Limitations of this study may be as follows. Our laboratory methods presented in this study do not include whole blood assay. Intravascular PCA is mainly dependent upon coagulation activity in plasma but may be also influenced in part by blood cells such as platelets, monocytes, neutrophils, and erythrocytes. We are now preparing inclusion of a whole blood assay, rotational thromoboelastometry into our laboratory assessment of PCA by antineoplastic drugs. Furthermore, in vivo intravascular PCA reflect patients’ performance status and vascular integrity. While we always have to take patients’ clinical status into consideration, our laboratory methods presented here are well compatible with procoagulant effects in real clinical scenes. Therefore, in conclusion, our cell line and plasma-based laboratory methods may be simple and helpful to evaluate procoagulant effects of antineoplastic drugs.
Footnotes
Acknowledgements
Misae Tsunaka and Reina Arai contributed equally to this study. This study was presented in part at the 24th and 25th Congress of the International Society of Thrombosis and Haemostasis, Amsterdam, The Netherlands, July 2013 and Toronto, ON, Canada, June 2015.
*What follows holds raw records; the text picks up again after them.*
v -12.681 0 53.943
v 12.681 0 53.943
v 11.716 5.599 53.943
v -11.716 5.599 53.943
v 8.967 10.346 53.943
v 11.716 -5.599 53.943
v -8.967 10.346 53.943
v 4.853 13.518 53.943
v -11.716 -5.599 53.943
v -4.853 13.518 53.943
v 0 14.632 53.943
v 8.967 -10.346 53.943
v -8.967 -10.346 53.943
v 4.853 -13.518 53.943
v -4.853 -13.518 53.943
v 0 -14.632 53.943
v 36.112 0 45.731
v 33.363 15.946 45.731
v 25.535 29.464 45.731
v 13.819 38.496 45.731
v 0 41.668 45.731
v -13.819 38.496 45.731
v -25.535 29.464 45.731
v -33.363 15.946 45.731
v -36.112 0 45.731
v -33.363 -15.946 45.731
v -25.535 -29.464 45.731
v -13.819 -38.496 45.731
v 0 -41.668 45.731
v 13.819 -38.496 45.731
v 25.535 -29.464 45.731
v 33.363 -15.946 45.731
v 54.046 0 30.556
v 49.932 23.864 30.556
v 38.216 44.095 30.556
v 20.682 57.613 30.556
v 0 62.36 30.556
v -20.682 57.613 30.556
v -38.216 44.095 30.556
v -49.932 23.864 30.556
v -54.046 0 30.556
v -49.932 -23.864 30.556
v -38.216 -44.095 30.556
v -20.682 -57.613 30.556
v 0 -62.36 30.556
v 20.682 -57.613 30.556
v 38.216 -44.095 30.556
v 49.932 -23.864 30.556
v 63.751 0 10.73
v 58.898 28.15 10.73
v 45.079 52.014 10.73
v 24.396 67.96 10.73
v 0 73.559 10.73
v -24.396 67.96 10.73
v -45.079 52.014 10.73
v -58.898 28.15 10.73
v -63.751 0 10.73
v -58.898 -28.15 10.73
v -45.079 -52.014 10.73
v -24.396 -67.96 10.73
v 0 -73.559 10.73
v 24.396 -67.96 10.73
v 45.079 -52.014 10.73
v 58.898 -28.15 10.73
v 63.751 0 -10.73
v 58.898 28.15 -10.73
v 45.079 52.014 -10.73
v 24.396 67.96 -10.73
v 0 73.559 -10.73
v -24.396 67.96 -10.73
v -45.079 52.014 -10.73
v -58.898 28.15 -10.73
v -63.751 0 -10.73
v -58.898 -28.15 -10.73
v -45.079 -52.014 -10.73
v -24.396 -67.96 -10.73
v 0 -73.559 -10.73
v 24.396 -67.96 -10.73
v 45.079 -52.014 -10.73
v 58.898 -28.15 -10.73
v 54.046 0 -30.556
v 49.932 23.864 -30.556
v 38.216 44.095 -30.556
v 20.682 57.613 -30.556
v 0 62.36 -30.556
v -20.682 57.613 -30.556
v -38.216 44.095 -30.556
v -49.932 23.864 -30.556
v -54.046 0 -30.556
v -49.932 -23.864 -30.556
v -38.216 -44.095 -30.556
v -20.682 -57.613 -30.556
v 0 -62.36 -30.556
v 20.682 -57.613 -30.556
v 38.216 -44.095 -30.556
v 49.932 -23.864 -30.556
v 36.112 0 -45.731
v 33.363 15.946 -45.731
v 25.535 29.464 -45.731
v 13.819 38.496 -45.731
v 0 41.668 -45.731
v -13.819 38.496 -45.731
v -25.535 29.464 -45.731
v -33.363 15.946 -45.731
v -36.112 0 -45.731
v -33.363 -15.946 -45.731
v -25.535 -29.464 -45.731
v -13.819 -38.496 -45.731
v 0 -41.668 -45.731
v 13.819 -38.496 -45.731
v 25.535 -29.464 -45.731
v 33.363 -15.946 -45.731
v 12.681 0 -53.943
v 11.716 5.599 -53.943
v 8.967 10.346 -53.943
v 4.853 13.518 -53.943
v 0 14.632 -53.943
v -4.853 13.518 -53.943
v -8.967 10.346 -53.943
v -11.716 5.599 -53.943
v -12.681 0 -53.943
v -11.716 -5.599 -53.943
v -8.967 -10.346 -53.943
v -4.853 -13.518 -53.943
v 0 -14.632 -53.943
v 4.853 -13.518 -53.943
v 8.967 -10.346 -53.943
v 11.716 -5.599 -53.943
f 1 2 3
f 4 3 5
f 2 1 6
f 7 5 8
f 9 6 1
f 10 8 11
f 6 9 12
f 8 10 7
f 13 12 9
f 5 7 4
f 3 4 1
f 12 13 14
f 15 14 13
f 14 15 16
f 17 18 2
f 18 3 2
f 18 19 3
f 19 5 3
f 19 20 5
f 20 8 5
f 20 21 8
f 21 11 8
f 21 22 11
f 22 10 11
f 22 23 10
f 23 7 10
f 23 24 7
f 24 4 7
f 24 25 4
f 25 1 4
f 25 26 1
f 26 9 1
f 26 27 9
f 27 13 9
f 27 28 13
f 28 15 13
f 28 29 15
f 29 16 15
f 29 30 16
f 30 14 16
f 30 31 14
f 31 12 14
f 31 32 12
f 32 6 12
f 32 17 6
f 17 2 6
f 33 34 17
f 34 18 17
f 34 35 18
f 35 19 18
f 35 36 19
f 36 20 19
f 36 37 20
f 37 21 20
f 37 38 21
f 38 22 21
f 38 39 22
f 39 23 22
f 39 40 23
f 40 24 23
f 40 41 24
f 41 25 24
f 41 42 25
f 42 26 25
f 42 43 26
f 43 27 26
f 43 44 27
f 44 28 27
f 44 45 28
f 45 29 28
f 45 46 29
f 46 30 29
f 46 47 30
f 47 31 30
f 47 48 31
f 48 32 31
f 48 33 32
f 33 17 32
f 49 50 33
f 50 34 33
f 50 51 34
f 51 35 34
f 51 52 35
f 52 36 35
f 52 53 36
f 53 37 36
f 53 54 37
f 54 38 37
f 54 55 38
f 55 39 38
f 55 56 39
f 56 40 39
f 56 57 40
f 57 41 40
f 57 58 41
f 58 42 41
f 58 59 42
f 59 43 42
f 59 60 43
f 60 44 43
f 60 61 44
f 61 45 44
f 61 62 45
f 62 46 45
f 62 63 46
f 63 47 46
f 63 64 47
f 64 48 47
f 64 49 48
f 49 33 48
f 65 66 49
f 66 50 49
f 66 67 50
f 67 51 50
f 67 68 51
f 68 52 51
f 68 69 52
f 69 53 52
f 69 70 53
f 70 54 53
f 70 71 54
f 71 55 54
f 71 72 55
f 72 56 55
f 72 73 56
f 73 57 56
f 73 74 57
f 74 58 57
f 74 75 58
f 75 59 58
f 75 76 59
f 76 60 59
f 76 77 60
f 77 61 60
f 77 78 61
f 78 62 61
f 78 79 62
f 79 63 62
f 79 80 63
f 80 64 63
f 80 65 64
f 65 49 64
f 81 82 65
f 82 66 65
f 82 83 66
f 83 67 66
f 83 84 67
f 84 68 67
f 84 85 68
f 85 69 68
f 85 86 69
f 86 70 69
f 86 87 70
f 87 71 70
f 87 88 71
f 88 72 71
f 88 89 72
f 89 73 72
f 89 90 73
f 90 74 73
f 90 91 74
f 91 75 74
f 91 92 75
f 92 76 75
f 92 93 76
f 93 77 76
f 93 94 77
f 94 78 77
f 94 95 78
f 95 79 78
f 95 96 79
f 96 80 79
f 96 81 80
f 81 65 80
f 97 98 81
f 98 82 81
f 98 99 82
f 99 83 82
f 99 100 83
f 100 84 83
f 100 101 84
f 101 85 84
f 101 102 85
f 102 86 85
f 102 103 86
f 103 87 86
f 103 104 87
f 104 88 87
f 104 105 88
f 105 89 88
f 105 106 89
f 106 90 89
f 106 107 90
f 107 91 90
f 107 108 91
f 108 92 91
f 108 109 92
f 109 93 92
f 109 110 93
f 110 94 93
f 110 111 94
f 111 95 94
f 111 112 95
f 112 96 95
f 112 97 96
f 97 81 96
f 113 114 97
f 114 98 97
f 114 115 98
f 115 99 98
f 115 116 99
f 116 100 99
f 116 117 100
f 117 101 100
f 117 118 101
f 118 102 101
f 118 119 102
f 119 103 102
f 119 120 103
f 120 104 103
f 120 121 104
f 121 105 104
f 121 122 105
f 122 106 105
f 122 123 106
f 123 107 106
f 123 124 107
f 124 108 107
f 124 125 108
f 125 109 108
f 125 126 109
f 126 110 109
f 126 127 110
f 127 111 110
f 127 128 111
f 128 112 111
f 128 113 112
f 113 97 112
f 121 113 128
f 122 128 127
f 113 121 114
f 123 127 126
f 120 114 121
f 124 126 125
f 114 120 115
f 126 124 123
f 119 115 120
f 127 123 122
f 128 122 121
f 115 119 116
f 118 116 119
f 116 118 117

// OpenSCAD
// Generated by SolidPython 1.0.1 on 2020-07-29 00:46:51


scale(v = [13, 15, 11]) {
	sphere(r = 5);
}
/***********************************************
*********      SolidPython code:      **********
************************************************
 
# import packages: SolidPython
from solid import *
from solid.utils import *
from itertools import chain, combinations, permutations


class Resize:

    def __init__(self, scad_file):
        self.scad_file = scad_file
        #self.scad_file = import_scad(scad_file)
        # cone/cylinder param:
        self.r1 = 0
        self.r2 = 0
        self.h = 0
        # rectangular prism param:
        self.w = 0
        self.l = 0
        # ellipse param:
        self.r = 0

    # import OpenScad code (file name corresponds to shape)


    # classify shape + parameters
    def assign(self, param1, param2, param3):
        if self.scad_file == 'cone.scad':
            self.r1 = param1
            self.r2 = param2
            self.h = param3
        elif self.scad_file == 'cylinder.scad':
            self.r1 = param1
            self.r2 = param2
            self.h = param3
        elif self.scad_file == 'rectangularPrism.scad':
            self.h = param1
            self.l = param2
            self.w = param3
        else:
            self.r = param1
            self.h = param2

    # resize parameters
    def iterate(self):
        x = range(3, 20, 2)
        i = 1
        if self.scad_file == 'cone.scad':
            tempList = list(permutations(x, 2))
            for temp in tempList:
                param1 = temp[0]
                param2 = temp[1]
                filepath = 'produced_scad_files/' + 'cone' + str(param1) + '_' + str(param2) + '_' + '.scad'
                scad_render_to_file(cylinder(h=param1, r1=param2, r2=0), filepath)

        elif self.scad_file == 'cylinder.scad':
            tempList = list(permutations(x, 3))
            for temp in tempList:
                param1 = temp[0]
                param2 = temp[1]
                filepath = 'produced_scad_files/' + 'cylinder' + str(param1) + '_' + str(param2) + '_' + '.scad'
                scad_render_to_file(cylinder(h=param1, r1=param2, r2=param2), filepath)

        elif self.scad_file == 'rectangularPrism.scad':
            tempList = list(permutations(x, 3))
            for temp in tempList:
                param1 = temp[0]
                param2 = temp[1]
                param3 = temp[2]
                filepath = 'produced_scad_files/' + 'rectangularPrism' + str(param1) + '_' + str(param2) + '_' + str(
                    param3) + '.scad'
                scad_render_to_file(cube(size=(param1, param2, param3)), filepath)

        elif self.scad_file == 'ellipse.scad':
            tempList = list(permutations(x, 4))
            for temp in tempList:
                param1 = temp[0]
                param2 = temp[1]
                param3 = temp[2]
                param4 = temp[3]
                filepath = 'produced_scad_files/' + 'ellipse' + str(param1) + '_' + str(param2) + '_' + str(param3) + '_' + str(param4) + '.scad'
                scad_render_to_file(scale([param1, param2, param3])(sphere(r=param4)), filepath)

    def render_to_scadfile(self):
        scad_render_to_file(scad, 'example.scad') 
 
************************************************/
Declaration of conflicting interests
The author(s) declared no potential conflicts of interest with respect to the research, authorship, and/or publication of this article.
Ethical approval
The study protocol was approved by the Ethics Committee of the Faculty of Medicine, Tokyo Medical and Dental University, Tokyo, Japan (no. 1730).
Funding
The author(s) received no financial support for the research, authorship, and/or publication of this article.
Informed consent
Written informed consent was obtained from all subjects before the study.